So you end up with all these different Python package managers that are all good at individual different things but no single package manager that is good at all of the things.

I swear that is a major problem with most libraries or tools (and products overall actually) that people make. It’s like people fix their pet peeve but forget that the whole picture matters way more.

woodruffw · on July 20, 2022

The conflicting advice is a serious problem.

I hope you'll forgive me for adding one additional piece of advice: for many Python packages, the only packaging metadata you need is `pyproject.toml`. You don't even need `setup.py` anymore, so long as you're using a build backend that supports editable installs with `pyproject.toml`.

Here's an example of a Python package that does everything in `pyproject.toml`[1]. You should be able to copy that into any of your projects, edit it to match your metadata, and everything will work exactly as if you have a `setup.cfg` or `setup.py`.

[1]: https://github.com/sigstore/sigstore-python

Hackbraten · on July 20, 2022

Thanks for the link!

hoosieree · on July 19, 2022

Python's package management is to package managers as C++ is to programming languages: everyone who uses it understands about 10% of it, and no two people understand the same 10%.

wheelerof4te · on July 21, 2022

The most relatable comment on Python's packaging ever.

BTW, I know setup.py method. How much is that in percents?

gernb · on July 20, 2022

Could you please link to your favorite way to install python at specific version and all dependencies without have to put anything in a global place. Ideally on MacOS (since it's what I'm on most). I don't have homebrew or macports since eventually those always lead to me getting a borked system since they want everything installed globally.

takeda · on July 20, 2022

Not the GP, but I became a big fan of using poetry for managing python package dependencies.

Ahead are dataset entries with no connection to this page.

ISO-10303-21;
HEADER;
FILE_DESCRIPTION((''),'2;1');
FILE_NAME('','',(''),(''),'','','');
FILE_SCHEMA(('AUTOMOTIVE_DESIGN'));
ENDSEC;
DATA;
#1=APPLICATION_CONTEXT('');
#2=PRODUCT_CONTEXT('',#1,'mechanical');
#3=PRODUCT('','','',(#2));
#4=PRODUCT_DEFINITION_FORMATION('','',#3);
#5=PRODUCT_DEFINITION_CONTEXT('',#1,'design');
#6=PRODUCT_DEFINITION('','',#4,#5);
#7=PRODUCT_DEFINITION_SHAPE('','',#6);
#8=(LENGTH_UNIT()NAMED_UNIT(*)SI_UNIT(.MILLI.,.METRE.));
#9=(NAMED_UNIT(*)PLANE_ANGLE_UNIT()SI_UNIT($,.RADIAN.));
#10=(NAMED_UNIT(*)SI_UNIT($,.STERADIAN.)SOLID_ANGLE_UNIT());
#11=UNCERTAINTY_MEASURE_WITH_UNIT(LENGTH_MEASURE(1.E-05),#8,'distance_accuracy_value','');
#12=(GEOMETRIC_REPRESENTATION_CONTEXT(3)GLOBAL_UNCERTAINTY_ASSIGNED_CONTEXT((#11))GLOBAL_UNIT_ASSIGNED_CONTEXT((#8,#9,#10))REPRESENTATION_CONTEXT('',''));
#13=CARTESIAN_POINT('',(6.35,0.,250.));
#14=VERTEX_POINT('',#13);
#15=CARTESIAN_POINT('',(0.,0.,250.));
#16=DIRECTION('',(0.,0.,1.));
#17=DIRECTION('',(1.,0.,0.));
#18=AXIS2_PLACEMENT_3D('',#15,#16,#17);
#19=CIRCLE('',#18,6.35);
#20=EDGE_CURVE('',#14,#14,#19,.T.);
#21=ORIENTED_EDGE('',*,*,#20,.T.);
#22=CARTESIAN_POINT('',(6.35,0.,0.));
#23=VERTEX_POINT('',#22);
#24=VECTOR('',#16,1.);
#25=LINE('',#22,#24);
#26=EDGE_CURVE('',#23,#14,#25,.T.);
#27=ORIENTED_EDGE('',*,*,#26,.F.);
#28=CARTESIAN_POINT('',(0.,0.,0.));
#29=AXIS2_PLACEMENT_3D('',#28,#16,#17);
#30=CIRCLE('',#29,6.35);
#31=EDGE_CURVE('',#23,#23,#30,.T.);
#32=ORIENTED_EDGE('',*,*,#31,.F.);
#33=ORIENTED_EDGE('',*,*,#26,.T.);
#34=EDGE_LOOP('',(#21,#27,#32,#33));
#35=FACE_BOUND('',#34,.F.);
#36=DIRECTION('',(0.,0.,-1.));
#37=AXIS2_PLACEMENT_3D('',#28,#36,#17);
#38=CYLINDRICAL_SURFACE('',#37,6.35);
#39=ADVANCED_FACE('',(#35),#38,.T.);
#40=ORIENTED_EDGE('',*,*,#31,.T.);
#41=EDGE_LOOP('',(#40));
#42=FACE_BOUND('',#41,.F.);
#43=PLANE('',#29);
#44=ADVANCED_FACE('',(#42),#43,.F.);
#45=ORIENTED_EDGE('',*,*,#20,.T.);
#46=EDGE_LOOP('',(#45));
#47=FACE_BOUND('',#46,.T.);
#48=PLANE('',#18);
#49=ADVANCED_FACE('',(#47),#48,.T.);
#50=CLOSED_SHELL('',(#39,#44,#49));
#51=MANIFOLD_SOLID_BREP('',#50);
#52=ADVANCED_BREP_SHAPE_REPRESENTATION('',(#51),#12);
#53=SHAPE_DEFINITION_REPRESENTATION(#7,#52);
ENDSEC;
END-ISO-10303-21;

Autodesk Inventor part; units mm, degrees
ref_plane "YZ Plane" through (0, 0, 0) normal (1, 0, 0) x (0, 1, 0)
ref_plane "XZ Plane" through (0, 0, 0) normal (0, 1, 0) x (-1, 0, 0)
ref_plane "XY Plane" through (0, 0, 0) normal (0, 0, 1) x (1, 0, 0)
sketch "Sketch1" plane through (0, 0, 0) normal (0, 0, 1) x (1, 0, 0)
  circle A0 centre (0, 0) radius 6.35
  dimension "d0" = 12.7
extrude "Extrusion1" add sketch "Sketch1" along normal blind 250
properties part number "rod_250mm"
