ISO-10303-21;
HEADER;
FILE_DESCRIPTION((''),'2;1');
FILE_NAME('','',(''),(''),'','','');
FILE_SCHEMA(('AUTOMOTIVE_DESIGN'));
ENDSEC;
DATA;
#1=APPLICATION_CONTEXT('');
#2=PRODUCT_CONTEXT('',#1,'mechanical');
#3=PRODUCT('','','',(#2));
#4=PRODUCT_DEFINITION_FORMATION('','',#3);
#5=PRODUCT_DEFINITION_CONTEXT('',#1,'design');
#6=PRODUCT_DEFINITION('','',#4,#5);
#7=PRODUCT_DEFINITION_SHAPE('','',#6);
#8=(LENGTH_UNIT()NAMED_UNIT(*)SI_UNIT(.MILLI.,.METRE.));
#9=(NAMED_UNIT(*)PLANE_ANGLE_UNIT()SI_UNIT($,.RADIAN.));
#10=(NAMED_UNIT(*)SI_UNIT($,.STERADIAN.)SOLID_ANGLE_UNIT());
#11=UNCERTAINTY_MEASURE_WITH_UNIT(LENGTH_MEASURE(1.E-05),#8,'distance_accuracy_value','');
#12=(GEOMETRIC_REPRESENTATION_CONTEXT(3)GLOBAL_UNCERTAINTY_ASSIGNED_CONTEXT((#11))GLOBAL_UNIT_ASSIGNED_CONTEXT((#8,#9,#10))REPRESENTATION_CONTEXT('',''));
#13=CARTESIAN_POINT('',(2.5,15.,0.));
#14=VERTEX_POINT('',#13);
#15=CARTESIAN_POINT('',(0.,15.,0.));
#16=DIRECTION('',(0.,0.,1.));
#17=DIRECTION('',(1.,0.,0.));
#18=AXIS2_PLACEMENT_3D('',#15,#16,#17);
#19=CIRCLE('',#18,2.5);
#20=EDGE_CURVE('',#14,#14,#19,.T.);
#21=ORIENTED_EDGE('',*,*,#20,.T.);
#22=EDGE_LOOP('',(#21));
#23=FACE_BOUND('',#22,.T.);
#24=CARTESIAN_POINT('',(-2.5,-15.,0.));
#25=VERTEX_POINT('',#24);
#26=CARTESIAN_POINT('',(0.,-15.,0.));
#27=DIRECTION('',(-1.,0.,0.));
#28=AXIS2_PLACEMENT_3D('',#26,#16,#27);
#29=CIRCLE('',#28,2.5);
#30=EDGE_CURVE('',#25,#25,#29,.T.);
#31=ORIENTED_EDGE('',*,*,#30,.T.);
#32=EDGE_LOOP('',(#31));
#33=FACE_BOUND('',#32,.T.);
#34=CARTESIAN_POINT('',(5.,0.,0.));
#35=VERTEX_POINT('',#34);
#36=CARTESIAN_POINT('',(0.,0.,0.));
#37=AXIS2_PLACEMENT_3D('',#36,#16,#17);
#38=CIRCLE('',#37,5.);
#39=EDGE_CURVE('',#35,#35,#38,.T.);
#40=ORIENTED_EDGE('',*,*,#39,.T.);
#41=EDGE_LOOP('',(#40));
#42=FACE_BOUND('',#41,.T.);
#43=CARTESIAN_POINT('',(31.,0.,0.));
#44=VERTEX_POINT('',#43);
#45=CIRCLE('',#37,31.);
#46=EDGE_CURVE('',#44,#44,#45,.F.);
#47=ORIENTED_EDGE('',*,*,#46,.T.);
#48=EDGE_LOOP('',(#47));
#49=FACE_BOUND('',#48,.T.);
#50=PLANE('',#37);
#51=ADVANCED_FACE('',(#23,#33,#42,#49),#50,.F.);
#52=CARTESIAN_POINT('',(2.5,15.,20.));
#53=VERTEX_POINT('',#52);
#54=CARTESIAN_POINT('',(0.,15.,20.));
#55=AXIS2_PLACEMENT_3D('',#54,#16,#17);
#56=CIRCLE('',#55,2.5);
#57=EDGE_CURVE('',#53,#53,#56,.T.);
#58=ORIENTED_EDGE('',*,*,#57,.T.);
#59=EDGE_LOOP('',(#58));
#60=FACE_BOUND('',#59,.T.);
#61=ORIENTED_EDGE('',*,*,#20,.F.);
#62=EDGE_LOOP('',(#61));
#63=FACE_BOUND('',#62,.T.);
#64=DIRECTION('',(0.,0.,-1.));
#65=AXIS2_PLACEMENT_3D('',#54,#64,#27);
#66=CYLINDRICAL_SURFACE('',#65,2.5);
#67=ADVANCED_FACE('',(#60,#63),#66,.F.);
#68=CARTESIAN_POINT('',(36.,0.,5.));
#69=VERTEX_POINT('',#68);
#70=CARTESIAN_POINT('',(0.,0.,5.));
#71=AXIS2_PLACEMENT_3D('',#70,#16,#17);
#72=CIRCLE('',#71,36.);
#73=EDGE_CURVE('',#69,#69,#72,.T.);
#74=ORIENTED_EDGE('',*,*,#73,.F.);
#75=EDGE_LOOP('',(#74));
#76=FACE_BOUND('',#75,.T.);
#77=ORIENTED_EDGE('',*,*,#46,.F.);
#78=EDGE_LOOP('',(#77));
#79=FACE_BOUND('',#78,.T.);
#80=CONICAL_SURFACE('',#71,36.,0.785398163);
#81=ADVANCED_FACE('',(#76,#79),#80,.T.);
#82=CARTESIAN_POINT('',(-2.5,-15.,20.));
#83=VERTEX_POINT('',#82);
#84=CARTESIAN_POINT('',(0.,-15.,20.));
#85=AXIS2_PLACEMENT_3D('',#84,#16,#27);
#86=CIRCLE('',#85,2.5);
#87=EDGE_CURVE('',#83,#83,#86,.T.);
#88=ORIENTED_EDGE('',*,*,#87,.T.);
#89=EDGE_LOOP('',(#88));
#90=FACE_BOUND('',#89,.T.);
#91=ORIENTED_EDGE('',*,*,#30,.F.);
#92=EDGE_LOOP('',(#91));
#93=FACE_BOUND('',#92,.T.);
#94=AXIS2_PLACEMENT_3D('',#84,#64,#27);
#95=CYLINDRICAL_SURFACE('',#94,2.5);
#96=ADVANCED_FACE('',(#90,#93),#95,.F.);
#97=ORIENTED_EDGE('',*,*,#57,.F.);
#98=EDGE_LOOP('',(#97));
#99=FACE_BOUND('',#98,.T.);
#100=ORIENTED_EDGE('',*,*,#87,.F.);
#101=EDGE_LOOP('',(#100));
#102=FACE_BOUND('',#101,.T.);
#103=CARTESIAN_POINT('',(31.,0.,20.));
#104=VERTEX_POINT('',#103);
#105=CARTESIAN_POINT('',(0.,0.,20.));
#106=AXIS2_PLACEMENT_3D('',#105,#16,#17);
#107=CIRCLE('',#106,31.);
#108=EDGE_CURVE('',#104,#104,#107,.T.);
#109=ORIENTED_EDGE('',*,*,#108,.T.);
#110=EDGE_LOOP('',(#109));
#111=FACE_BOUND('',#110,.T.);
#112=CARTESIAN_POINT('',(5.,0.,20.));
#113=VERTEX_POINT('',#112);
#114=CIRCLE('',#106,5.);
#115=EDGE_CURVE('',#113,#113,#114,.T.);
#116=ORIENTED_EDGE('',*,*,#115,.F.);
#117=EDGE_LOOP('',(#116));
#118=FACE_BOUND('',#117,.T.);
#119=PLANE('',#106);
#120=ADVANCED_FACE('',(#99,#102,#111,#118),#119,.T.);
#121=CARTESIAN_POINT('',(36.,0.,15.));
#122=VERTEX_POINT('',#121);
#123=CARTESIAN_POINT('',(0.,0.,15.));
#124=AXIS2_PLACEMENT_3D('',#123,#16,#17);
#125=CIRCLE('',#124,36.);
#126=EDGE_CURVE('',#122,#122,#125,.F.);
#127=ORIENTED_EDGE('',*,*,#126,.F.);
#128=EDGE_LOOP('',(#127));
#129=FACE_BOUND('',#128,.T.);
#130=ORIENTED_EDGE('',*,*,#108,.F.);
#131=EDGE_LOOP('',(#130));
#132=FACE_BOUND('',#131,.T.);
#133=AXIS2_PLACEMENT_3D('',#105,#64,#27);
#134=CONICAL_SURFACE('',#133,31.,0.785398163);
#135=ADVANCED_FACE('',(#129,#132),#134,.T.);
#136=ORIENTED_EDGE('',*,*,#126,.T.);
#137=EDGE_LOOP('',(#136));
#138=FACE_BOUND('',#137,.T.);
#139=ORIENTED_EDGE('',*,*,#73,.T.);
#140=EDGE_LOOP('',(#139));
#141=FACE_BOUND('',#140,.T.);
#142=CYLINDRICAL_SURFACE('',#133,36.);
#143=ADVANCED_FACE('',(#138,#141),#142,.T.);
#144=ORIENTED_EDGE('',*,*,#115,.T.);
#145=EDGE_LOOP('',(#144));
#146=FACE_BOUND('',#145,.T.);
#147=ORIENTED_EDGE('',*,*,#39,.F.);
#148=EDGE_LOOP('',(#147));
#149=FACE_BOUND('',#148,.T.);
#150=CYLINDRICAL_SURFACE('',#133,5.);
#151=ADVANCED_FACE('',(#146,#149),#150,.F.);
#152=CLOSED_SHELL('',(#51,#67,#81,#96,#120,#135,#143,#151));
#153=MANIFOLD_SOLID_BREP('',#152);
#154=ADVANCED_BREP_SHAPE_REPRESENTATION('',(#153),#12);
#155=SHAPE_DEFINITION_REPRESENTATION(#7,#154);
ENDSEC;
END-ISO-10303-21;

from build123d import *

# Parameters (mm, degrees)
SKETCH_1_R      = 36
SKETCH_1_R_2    = 5
SKETCH_1_R_3    = 2.5
EXTRUDE_1_DEPTH = 20
CHAMFER_1_SIZE  = 5


with BuildPart() as part:
    # 草圖1 → 填料-伸長1 (new body)
    with BuildSketch(Plane.XY):
        Circle(SKETCH_1_R)
        Circle(SKETCH_1_R_2, mode=Mode.SUBTRACT)
        with Locations((0, 15)):
            Circle(SKETCH_1_R_3, mode=Mode.SUBTRACT)
        with Locations((0, -15)):
            Circle(SKETCH_1_R_3, mode=Mode.SUBTRACT)
    extrude(amount=EXTRUDE_1_DEPTH)

    # 導角1
    chamfer_1_edges = [part.edges().sort_by_distance(p)[0] for p in [
        (-36, 0, 0),
        (-36, 0, 20),
    ]]
    chamfer(chamfer_1_edges, length=CHAMFER_1_SIZE)


solid = part.part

For managing python itself and binary libraries I started using Nix package manager.

It allows to describe all dependencies via code, but with time that code became a boilerplate, so I created this: https://github.com/takeda/nix-cde

It works very well for me so far.

You do need to have Nix[1] installed, but hopefully that should be the only thing needed and everything you can just list in project.nix file (in the example in README.md you should have access to `dive` command even if you never installed it on your system). Which will make it available only for that project.

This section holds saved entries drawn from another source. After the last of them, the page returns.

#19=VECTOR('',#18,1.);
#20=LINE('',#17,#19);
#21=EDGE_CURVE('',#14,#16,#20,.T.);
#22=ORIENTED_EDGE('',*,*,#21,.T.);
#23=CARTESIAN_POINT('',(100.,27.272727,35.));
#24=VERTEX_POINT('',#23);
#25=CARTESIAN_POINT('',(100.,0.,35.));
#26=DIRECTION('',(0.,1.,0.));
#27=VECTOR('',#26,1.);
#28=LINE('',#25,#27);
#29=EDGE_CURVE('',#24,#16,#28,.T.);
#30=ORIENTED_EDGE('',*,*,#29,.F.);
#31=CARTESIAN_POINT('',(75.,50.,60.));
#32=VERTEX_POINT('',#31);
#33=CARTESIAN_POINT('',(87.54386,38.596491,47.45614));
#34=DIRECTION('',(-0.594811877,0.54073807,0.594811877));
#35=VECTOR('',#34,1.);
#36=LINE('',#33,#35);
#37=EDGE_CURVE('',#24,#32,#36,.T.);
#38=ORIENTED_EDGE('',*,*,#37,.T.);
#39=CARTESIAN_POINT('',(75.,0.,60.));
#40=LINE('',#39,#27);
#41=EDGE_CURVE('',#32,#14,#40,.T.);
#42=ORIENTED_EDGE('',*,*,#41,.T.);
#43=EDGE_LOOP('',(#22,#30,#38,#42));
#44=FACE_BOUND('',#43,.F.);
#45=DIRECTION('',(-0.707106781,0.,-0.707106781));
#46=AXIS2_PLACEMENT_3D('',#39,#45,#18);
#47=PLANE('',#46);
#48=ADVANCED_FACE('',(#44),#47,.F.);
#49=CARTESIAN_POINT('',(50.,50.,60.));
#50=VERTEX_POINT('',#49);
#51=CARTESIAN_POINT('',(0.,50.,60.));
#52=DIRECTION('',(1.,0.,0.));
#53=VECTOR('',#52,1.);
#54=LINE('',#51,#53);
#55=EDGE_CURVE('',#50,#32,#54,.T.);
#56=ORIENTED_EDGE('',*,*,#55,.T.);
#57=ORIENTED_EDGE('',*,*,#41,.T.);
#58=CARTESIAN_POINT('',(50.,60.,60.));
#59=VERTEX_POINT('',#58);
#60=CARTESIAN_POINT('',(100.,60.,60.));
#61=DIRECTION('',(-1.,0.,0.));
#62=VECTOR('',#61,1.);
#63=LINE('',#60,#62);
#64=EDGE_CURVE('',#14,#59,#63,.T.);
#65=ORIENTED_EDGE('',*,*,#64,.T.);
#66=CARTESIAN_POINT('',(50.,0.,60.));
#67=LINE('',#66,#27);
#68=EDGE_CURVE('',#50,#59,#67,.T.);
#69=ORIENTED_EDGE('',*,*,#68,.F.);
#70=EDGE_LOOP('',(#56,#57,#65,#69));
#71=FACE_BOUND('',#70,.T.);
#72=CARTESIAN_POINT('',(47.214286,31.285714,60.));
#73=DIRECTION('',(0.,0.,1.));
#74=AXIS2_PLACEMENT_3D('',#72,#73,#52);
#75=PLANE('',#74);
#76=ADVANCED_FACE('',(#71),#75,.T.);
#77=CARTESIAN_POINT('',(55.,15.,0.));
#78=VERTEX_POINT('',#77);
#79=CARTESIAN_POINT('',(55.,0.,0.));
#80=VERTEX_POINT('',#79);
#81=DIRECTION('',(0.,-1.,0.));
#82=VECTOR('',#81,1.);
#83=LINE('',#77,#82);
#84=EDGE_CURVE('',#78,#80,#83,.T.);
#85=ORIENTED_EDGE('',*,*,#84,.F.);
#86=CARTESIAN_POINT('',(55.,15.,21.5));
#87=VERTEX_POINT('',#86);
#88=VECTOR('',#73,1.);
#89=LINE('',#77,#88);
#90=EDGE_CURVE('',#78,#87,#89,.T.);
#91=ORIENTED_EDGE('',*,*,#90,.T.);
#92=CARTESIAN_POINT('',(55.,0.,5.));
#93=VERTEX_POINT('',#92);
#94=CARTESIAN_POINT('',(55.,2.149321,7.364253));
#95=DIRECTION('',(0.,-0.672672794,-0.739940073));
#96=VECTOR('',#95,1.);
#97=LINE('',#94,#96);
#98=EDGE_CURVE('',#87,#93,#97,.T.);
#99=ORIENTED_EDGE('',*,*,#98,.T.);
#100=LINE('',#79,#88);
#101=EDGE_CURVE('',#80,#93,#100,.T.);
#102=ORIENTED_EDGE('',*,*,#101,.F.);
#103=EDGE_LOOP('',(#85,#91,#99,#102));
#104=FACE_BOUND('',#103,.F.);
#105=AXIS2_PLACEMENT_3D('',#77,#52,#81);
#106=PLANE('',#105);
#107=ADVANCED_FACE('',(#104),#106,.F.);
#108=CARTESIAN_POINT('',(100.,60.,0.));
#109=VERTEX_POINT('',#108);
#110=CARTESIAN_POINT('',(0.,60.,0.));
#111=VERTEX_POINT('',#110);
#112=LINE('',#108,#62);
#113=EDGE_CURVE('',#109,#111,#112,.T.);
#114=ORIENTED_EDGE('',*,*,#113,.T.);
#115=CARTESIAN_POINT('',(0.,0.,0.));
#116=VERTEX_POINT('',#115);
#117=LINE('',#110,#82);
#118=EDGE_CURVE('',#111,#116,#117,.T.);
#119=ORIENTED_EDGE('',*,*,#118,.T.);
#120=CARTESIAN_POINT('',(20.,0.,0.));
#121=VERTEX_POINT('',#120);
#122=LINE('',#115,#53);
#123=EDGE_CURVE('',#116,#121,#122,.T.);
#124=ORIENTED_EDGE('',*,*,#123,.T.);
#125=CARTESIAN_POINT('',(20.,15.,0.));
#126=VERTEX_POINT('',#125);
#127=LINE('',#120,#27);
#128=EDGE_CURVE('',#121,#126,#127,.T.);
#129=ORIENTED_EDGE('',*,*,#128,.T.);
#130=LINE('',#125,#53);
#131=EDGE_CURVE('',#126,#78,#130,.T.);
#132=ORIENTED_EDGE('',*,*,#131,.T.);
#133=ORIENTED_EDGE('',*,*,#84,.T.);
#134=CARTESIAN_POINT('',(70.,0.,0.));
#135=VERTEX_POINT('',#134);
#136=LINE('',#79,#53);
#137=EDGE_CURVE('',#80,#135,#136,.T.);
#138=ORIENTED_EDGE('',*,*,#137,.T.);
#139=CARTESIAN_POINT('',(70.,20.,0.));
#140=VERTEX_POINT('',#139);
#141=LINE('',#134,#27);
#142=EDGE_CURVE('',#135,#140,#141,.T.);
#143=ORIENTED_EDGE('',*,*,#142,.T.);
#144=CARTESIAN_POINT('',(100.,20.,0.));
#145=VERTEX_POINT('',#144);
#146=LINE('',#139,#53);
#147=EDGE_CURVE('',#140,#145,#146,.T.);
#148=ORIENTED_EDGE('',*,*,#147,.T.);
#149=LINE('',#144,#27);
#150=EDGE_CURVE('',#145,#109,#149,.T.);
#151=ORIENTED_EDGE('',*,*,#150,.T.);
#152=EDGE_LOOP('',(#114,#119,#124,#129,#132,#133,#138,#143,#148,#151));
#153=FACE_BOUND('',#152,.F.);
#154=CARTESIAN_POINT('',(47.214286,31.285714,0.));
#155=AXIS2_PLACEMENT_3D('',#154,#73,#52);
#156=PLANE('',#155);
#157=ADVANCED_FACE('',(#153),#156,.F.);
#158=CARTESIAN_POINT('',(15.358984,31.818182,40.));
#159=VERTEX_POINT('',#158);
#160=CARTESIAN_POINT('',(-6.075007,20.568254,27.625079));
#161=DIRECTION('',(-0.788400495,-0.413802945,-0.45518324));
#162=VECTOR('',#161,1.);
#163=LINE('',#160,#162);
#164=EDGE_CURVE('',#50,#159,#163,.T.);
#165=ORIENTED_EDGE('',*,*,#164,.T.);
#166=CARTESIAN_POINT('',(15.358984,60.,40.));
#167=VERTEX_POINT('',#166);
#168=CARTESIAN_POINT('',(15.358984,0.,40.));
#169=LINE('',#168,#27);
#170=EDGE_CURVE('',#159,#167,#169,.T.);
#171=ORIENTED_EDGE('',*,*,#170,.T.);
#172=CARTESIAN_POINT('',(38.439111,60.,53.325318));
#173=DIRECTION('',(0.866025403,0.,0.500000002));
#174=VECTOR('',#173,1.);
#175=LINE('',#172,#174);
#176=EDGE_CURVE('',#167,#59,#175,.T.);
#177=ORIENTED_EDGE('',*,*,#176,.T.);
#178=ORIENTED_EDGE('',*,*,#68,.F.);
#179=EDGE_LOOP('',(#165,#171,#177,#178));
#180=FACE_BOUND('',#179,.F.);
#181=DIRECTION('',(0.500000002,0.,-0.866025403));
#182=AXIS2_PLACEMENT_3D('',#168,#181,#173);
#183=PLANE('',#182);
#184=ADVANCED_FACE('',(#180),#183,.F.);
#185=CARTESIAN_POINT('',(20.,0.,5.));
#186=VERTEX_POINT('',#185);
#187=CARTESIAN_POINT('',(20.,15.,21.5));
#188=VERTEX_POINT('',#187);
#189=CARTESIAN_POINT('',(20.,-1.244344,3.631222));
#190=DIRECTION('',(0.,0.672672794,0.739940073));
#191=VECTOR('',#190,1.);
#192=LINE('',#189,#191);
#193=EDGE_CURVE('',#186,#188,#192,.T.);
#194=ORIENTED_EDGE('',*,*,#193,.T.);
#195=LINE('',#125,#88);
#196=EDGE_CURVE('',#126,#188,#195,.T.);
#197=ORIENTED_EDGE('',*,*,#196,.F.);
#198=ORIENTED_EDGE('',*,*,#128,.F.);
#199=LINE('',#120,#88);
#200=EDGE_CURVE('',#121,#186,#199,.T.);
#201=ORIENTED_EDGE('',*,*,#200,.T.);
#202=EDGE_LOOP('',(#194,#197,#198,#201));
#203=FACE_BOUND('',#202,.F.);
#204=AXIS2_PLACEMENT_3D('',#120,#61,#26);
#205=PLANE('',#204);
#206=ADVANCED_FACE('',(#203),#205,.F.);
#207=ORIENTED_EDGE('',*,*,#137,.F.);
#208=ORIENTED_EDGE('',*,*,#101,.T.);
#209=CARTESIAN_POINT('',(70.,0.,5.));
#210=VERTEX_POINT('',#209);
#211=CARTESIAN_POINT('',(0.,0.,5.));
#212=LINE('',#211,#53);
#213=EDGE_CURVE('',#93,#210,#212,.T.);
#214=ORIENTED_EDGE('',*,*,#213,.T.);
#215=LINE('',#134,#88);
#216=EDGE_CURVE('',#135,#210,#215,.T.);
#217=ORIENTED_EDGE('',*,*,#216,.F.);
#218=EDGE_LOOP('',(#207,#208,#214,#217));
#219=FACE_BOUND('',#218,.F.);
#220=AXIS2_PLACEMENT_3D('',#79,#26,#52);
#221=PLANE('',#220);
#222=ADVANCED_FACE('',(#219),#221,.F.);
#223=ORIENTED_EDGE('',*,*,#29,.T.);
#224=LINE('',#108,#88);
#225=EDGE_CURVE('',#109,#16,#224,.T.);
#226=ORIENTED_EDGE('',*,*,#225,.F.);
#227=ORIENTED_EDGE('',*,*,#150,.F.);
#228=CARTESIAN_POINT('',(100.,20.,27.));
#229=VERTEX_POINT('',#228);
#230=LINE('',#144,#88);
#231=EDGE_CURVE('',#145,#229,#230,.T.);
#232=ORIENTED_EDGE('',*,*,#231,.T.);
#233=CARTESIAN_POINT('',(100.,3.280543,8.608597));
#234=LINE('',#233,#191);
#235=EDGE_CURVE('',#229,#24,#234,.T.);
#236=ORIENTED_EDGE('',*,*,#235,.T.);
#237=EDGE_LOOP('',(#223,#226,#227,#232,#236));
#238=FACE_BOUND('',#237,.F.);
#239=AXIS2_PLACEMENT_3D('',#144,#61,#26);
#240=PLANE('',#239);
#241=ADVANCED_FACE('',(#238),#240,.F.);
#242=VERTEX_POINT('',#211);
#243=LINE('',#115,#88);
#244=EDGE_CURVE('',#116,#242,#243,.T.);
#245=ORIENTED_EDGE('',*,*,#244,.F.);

Here's also an example of a very simple project: [2]

[1] https://nixos.org/download.html#nix-install-macos

[2] https://github.com/takeda/nix-cde/tree/master/tools/aws_assu...

Hackbraten · on July 20, 2022

Not OP but anecdotally, this is how my workflow looks like:

1. Install pyenv to a central location of my choice, e. g. ~/.pyenv (this helps manage all those different Python versions piling up from all the isolated projects I have.)

2. Install pipenv as a stand-alone tool. Doesn’t matter which Python I’m using, I just want to have it in my PATH.

3. Now I’m ready to create fully isolated projects using pipenv. Not only does pipenv create a venv right inside my project directory for me, it also helps me manage and lock dependencies. It also talks to pyenv so it can fetch the per-project Python version for me; this is especially useful when collaborating with others on the same project; they can reliably check out the project without having to manage specific Python versions themselves.

YMMV but I’ve had a stable experience using this setup so far.

lovingCranberry · on July 20, 2022

I wish there was a "standard" package manager like npm. While npm might not be the most efficient one, it just works.

jeroenhd · on July 20, 2022

The problem is that the operating system packages itself often depends on some version of a dependency. You can perfectly pip install something globally, but globally installing a library means everything else on your system is affected too.

There are solutions to this (pipenv being a popular one, though sadly often not explained to Python newcomers) and there are alternatives for that as well. You probably don't actually want to install a package like a package manager, most of the time you want to install an application and the specific requirements for that application, which is exactly what pipenv is for.

Your global package manager and your global Python package manager don't agree on what version is "the latest stable version" of a package so you just can't expect global package installs to work like that. It's like trying to make pacman, apt, and dnf work on the same file tree: you can probably get it done, but the end result will grow unstable or unusable within days.

bschwindHN · on July 20, 2022

Yep. Every time I try out a python-based tool, it _never_ runs successfully on the first try. I always look for Go/Rust/C based alternatives, especially when it's a CLI tool.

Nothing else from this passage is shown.